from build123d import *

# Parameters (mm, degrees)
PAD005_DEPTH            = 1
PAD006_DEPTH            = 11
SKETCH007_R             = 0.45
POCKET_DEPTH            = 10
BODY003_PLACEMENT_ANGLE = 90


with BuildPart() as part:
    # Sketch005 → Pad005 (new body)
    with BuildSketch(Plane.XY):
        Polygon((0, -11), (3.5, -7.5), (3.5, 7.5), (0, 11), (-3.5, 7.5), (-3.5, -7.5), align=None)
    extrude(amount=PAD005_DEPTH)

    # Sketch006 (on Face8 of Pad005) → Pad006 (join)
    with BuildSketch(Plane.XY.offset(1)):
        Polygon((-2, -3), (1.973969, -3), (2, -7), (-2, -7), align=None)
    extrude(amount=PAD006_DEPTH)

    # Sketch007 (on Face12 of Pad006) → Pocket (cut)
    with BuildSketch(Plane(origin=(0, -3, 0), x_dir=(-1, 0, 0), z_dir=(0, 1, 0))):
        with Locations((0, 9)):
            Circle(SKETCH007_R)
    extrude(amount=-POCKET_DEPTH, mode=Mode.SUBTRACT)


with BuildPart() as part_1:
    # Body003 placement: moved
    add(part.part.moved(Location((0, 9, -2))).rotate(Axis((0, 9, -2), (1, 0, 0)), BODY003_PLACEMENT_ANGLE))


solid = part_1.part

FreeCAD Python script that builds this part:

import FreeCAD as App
import Part
import Sketcher
from FreeCAD import Vector
Q = App.Units.Quantity


def add_polygon(sketch, points):
    """Adds a closed chain of lines whose ends are joined by coincident constraints."""
    first, n = sketch.GeometryCount, len(points)
    for a, b in zip(points, points[1:] + points[:1]):
        sketch.addGeometry(Part.LineSegment(App.Vector(*a, 0), App.Vector(*b, 0)), False)
    for i in range(n):
        sketch.addConstraint(Sketcher.Constraint("Coincident", first + i, 2, first + (i + 1) % n, 1))

doc = App.newDocument("Part")
body = doc.addObject("PartDesign::Body", "Body")

sketch1 = body.newObject("Sketcher::SketchObject", "Sketch")
sketch1.AttachmentSupport = (doc.getObject("XY_Plane"), [""])
sketch1.MapMode = "FlatFace"
add_polygon(sketch1, [(0, -11), (3.5, -7.5), (3.5, 7.5), (0, 11), (-3.5, 7.5), (-3.5, -7.5)])
sketch1.addConstraint([
    Sketcher.Constraint("Vertical", 1),
    Sketcher.Constraint("Vertical", 4),
    Sketcher.Constraint("Symmetric", 0, 2, 3, 2, -1, 1),
    Sketcher.Constraint("Symmetric", 2, 2, 5, 2, -1, 1),
    Sketcher.Constraint("PointOnObject", 2, 2, -2),
    Sketcher.Constraint("Perpendicular", 0, 2),
    Sketcher.Constraint("Perpendicular", 3, 5),
    Sketcher.Constraint("Horizontal", 1, 2, 3, 2),
    Sketcher.Constraint("DistanceY", 1, 1, 1, 2, Q("15 mm")),
    Sketcher.Constraint("DistanceY", -1, 1, 2, 2, Q("11 mm")),
])
pad1 = body.newObject("PartDesign::Pad", "Pad")
pad1.Profile = sketch1
pad1.Length = 1

sketch2 = body.newObject("Sketcher::SketchObject", "Sketch001")
sketch2.AttachmentSupport = (doc.getObject("XY_Plane"), [""])
sketch2.MapMode = "FlatFace"
sketch2.AttachmentOffset = App.Placement(Vector(0, 0, 1), App.Rotation())
add_polygon(sketch2, [(1.973969, -3), (-2, -3), (-2, -7), (2, -7)])
sketch2.addConstraint([
    Sketcher.Constraint("Horizontal", 0),
    Sketcher.Constraint("Vertical", 1),
    Sketcher.Constraint("Horizontal", 2),
    Sketcher.Constraint("Equal", 2, 1),
    Sketcher.Constraint("DistanceX", 2, 1, 2, 2, Q("4 mm")),
    Sketcher.Constraint("DistanceX", 0, 2, -1, 1, Q("2 mm")),
    Sketcher.Constraint("DistanceY", 0, 2, -1, 1, Q("3 mm")),
    Sketcher.Constraint("DistanceX", 0, 2, 0, 1, Q("3.973969 mm")),
])
pad2 = body.newObject("PartDesign::Pad", "Pad001")
pad2.Profile = sketch2
pad2.Length = 11

sketch3 = body.newObject("Sketcher::SketchObject", "Sketch002")
sketch3.AttachmentSupport = (doc.getObject("XZ_Plane"), [""])
sketch3.MapMode = "FlatFace"
sketch3.AttachmentOffset = App.Placement(Vector(0, 0, 3), App.Rotation())
sketch3.addGeometry(Part.Circle(Vector(0, 9, 0), Vector(0, 0, 1), 0.45), False)
sketch3.addConstraint([
    Sketcher.Constraint("PointOnObject", 0, 3, -2),
    Sketcher.Constraint("Diameter", 0, Q("0.9 mm")),
    Sketcher.Constraint("DistanceY", -1, 1, 0, 3, Q("9 mm")),
])
pocket1 = body.newObject("PartDesign::Pocket", "Pocket")
pocket1.Profile = sketch3
pocket1.Length = 10
pocket1.Reversed = True
body2 = doc.addObject("PartDesign::Body", "Body001")
doc.recompute()

body.Placement = App.Placement(Vector(0, 9, -2), App.Rotation(Vector(1, 0, 0), 90))
boolean = body2.newObject("PartDesign::Boolean", "Boolean")
boolean.Type = "Fuse"
boolean.addObjects([body])

doc.recompute()
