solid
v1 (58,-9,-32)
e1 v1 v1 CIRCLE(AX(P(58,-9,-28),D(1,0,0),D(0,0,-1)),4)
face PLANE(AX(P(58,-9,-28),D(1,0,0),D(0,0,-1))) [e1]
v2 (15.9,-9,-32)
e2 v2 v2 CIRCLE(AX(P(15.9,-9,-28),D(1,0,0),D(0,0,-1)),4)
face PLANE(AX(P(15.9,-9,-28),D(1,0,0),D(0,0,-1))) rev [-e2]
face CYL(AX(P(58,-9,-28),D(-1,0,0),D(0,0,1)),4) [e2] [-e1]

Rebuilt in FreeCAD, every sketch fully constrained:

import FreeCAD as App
import Part
import Sketcher

V = App.Vector
Q = App.Units.Quantity

doc = App.newDocument("Part")
body = doc.addObject("PartDesign::Body", "Body")

# Sketch on YZ plane
sketch1 = body.newObject("Sketcher::SketchObject", "Sketch")
sketch1.AttachmentSupport = (doc.getObject("YZ_Plane"), [""])
sketch1.MapMode = "FlatFace"
sketch1.AttachmentOffset = App.Placement(V(0, 0, 15.9), App.Rotation())
sketch1.addGeometry(Part.Circle(V(-9, -28, 0), V(0, 0, 1), 4), False)
sketch1.addConstraint([
    Sketcher.Constraint("Diameter", 0, Q("8 mm")),
    Sketcher.Constraint("DistanceX", 0, 3, -1, 1, Q("9 mm")),
    Sketcher.Constraint("DistanceY", 0, 3, -1, 1, Q("28 mm")),
])
pad1 = body.newObject("PartDesign::Pad", "Pad")
pad1.Profile = sketch1
pad1.Length = 42.1

doc.recompute()
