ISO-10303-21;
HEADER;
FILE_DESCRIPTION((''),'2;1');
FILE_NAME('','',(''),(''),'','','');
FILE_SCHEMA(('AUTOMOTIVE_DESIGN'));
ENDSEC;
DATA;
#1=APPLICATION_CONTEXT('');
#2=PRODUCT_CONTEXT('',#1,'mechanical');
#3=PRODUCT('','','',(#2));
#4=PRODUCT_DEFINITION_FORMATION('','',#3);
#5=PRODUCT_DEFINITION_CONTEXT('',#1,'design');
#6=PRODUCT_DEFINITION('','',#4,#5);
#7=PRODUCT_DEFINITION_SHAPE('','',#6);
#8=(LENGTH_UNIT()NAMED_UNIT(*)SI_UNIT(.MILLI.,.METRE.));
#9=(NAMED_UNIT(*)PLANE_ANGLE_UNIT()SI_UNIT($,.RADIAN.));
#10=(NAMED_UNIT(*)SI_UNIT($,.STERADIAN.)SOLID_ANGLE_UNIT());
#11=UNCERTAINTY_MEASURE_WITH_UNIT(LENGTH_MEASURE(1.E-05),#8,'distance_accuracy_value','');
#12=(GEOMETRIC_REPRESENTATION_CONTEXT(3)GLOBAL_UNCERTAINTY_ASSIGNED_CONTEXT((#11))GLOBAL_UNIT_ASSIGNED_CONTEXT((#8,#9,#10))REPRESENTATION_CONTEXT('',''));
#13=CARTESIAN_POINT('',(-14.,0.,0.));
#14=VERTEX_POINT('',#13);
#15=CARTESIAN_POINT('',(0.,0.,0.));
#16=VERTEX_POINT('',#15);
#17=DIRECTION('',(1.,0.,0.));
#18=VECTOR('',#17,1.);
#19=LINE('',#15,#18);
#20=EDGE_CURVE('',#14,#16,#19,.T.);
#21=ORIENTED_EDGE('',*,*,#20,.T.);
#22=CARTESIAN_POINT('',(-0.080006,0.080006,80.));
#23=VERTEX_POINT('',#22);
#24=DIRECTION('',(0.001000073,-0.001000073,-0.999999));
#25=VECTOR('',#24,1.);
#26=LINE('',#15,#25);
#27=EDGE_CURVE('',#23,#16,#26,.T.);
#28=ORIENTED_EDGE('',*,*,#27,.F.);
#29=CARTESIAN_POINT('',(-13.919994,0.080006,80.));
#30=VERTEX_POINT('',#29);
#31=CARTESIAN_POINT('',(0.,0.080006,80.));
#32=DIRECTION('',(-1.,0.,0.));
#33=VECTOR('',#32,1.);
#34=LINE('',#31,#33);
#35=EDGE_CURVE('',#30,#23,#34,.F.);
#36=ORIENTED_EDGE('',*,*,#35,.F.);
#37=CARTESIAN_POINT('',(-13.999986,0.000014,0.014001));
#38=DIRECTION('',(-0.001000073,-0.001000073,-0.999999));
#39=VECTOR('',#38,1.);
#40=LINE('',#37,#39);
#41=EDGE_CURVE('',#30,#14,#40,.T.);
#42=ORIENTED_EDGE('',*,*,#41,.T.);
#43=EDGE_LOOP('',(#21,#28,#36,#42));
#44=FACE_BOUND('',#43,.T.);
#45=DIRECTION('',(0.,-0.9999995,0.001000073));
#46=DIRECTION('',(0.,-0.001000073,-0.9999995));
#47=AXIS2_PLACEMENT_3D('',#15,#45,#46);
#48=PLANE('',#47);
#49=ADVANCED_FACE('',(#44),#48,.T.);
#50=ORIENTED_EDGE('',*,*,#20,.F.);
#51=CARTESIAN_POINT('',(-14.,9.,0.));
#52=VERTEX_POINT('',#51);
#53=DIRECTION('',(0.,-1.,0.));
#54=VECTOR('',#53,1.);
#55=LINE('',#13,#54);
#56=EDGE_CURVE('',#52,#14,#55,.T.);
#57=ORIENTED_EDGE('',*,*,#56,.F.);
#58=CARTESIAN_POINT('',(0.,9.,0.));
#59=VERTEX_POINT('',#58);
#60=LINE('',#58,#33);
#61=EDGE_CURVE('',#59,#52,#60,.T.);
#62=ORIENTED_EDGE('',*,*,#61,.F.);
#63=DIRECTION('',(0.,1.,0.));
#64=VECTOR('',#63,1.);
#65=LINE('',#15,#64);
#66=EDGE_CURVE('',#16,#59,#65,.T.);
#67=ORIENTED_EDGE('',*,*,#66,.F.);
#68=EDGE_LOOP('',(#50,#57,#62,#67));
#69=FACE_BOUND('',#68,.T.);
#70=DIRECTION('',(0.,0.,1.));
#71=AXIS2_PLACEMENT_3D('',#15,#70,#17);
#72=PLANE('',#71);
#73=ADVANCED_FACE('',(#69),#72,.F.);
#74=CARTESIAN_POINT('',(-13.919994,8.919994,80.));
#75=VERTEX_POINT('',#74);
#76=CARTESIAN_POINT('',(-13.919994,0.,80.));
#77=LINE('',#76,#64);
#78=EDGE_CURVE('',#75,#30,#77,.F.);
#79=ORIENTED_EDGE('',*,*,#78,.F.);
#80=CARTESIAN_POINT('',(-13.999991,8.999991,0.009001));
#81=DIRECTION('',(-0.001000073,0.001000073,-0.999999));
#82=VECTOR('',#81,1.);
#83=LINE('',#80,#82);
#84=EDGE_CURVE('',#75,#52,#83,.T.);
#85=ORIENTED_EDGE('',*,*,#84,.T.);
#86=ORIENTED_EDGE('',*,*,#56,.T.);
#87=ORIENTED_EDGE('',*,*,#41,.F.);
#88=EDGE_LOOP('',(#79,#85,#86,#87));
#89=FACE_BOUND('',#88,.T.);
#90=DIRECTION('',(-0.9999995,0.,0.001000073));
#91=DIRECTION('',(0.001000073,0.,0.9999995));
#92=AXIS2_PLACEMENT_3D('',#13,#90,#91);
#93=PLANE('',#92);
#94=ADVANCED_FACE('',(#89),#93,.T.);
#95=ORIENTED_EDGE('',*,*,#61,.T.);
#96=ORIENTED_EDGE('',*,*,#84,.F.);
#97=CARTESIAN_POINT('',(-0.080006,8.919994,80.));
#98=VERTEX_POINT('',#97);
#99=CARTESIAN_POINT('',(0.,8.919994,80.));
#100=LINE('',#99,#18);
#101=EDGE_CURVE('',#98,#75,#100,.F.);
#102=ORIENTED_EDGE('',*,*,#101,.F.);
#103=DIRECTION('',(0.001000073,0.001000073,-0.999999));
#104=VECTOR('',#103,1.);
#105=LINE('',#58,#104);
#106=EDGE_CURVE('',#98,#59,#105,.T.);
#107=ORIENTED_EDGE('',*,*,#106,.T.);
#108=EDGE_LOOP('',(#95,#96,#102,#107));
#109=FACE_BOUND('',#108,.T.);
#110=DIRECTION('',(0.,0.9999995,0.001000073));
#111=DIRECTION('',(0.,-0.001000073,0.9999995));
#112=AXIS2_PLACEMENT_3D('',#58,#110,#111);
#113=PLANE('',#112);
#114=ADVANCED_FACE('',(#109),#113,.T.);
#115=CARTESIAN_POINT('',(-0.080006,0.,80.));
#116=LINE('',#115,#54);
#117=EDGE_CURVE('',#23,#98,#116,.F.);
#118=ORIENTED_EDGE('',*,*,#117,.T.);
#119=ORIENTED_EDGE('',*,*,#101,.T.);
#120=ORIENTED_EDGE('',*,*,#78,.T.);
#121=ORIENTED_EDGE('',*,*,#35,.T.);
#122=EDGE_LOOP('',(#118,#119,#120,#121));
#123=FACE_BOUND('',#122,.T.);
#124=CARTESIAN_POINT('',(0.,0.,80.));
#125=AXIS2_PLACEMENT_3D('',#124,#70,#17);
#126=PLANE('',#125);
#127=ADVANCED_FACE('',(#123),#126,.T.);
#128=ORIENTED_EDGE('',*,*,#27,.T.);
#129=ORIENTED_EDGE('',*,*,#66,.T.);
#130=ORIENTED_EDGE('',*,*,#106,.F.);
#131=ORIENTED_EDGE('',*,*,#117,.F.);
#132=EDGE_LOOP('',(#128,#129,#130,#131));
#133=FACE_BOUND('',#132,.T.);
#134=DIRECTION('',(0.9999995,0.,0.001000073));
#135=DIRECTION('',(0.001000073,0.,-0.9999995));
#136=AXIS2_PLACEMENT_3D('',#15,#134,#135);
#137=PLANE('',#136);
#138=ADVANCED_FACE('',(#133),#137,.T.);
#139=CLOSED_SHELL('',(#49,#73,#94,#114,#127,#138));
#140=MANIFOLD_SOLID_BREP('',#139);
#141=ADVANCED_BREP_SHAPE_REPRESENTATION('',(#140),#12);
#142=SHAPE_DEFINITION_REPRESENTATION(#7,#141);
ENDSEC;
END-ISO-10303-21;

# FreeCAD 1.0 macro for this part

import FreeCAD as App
import Part
import Sketcher


def add_polygon(sketch, points):
    """Adds a closed chain of lines whose ends are joined by coincident constraints."""
    first, n = sketch.GeometryCount, len(points)
    for a, b in zip(points, points[1:] + points[:1]):
        sketch.addGeometry(Part.LineSegment(App.Vector(*a, 0), App.Vector(*b, 0)), False)
    for i in range(n):
        sketch.addConstraint(Sketcher.Constraint("Coincident", first + i, 2, first + (i + 1) % n, 1))

doc = App.newDocument("Part")
body = doc.addObject("PartDesign::Body", "Body")

# Sketch on XY plane
sketch1 = doc.addObject("Sketcher::SketchObject", "Sketch")
body.addObject(sketch1)
sketch1.AttachmentSupport = (doc.XY_Plane, [""])
sketch1.MapMode = "FlatFace"
add_polygon(sketch1, [(-14, 9), (-14, 0), (0, 0), (0, 9)])  # lines 0-3
sketch1.addConstraint(Sketcher.Constraint("Vertical", 0))
sketch1.addConstraint(Sketcher.Constraint("Horizontal", 1))
sketch1.addConstraint(Sketcher.Constraint("Vertical", 2))
sketch1.addConstraint(Sketcher.Constraint("Horizontal", 3))
sketch1.addConstraint(Sketcher.Constraint("Coincident", 1, 2, -1, 1))
sketch1.addConstraint(Sketcher.Constraint("DistanceX", 1, 1, 1, 2, 14.0))
sketch1.addConstraint(Sketcher.Constraint("DistanceY", 0, 2, 0, 1, 9.0))
pad1 = doc.addObject("PartDesign::Pad", "Pad")
body.addObject(pad1)
pad1.Profile = sketch1
pad1.Length = 80
pad1.TaperAngle = -0.0573

doc.recompute()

▸ EXERCISE DIRECTIONS:
Please print the records above exactly from their first line. End with the line containing "extrude(amount=PAD005_DEPTH)", and include it.

▸ TASK ANSWER:
from build123d import *

# Parameters (mm, degrees)
PAD005_DEPTH            = 1
PAD006_DEPTH            = 11
SKETCH007_R             = 0.45
POCKET_DEPTH            = 10
BODY003_PLACEMENT_ANGLE = 90


with BuildPart() as part:
    # Sketch005 → Pad005 (new body)
    with BuildSketch(Plane.XY):
        Polygon((0, -11), (3.5, -7.5), (3.5, 7.5), (0, 11), (-3.5, 7.5), (-3.5, -7.5), align=None)
    extrude(amount=PAD005_DEPTH)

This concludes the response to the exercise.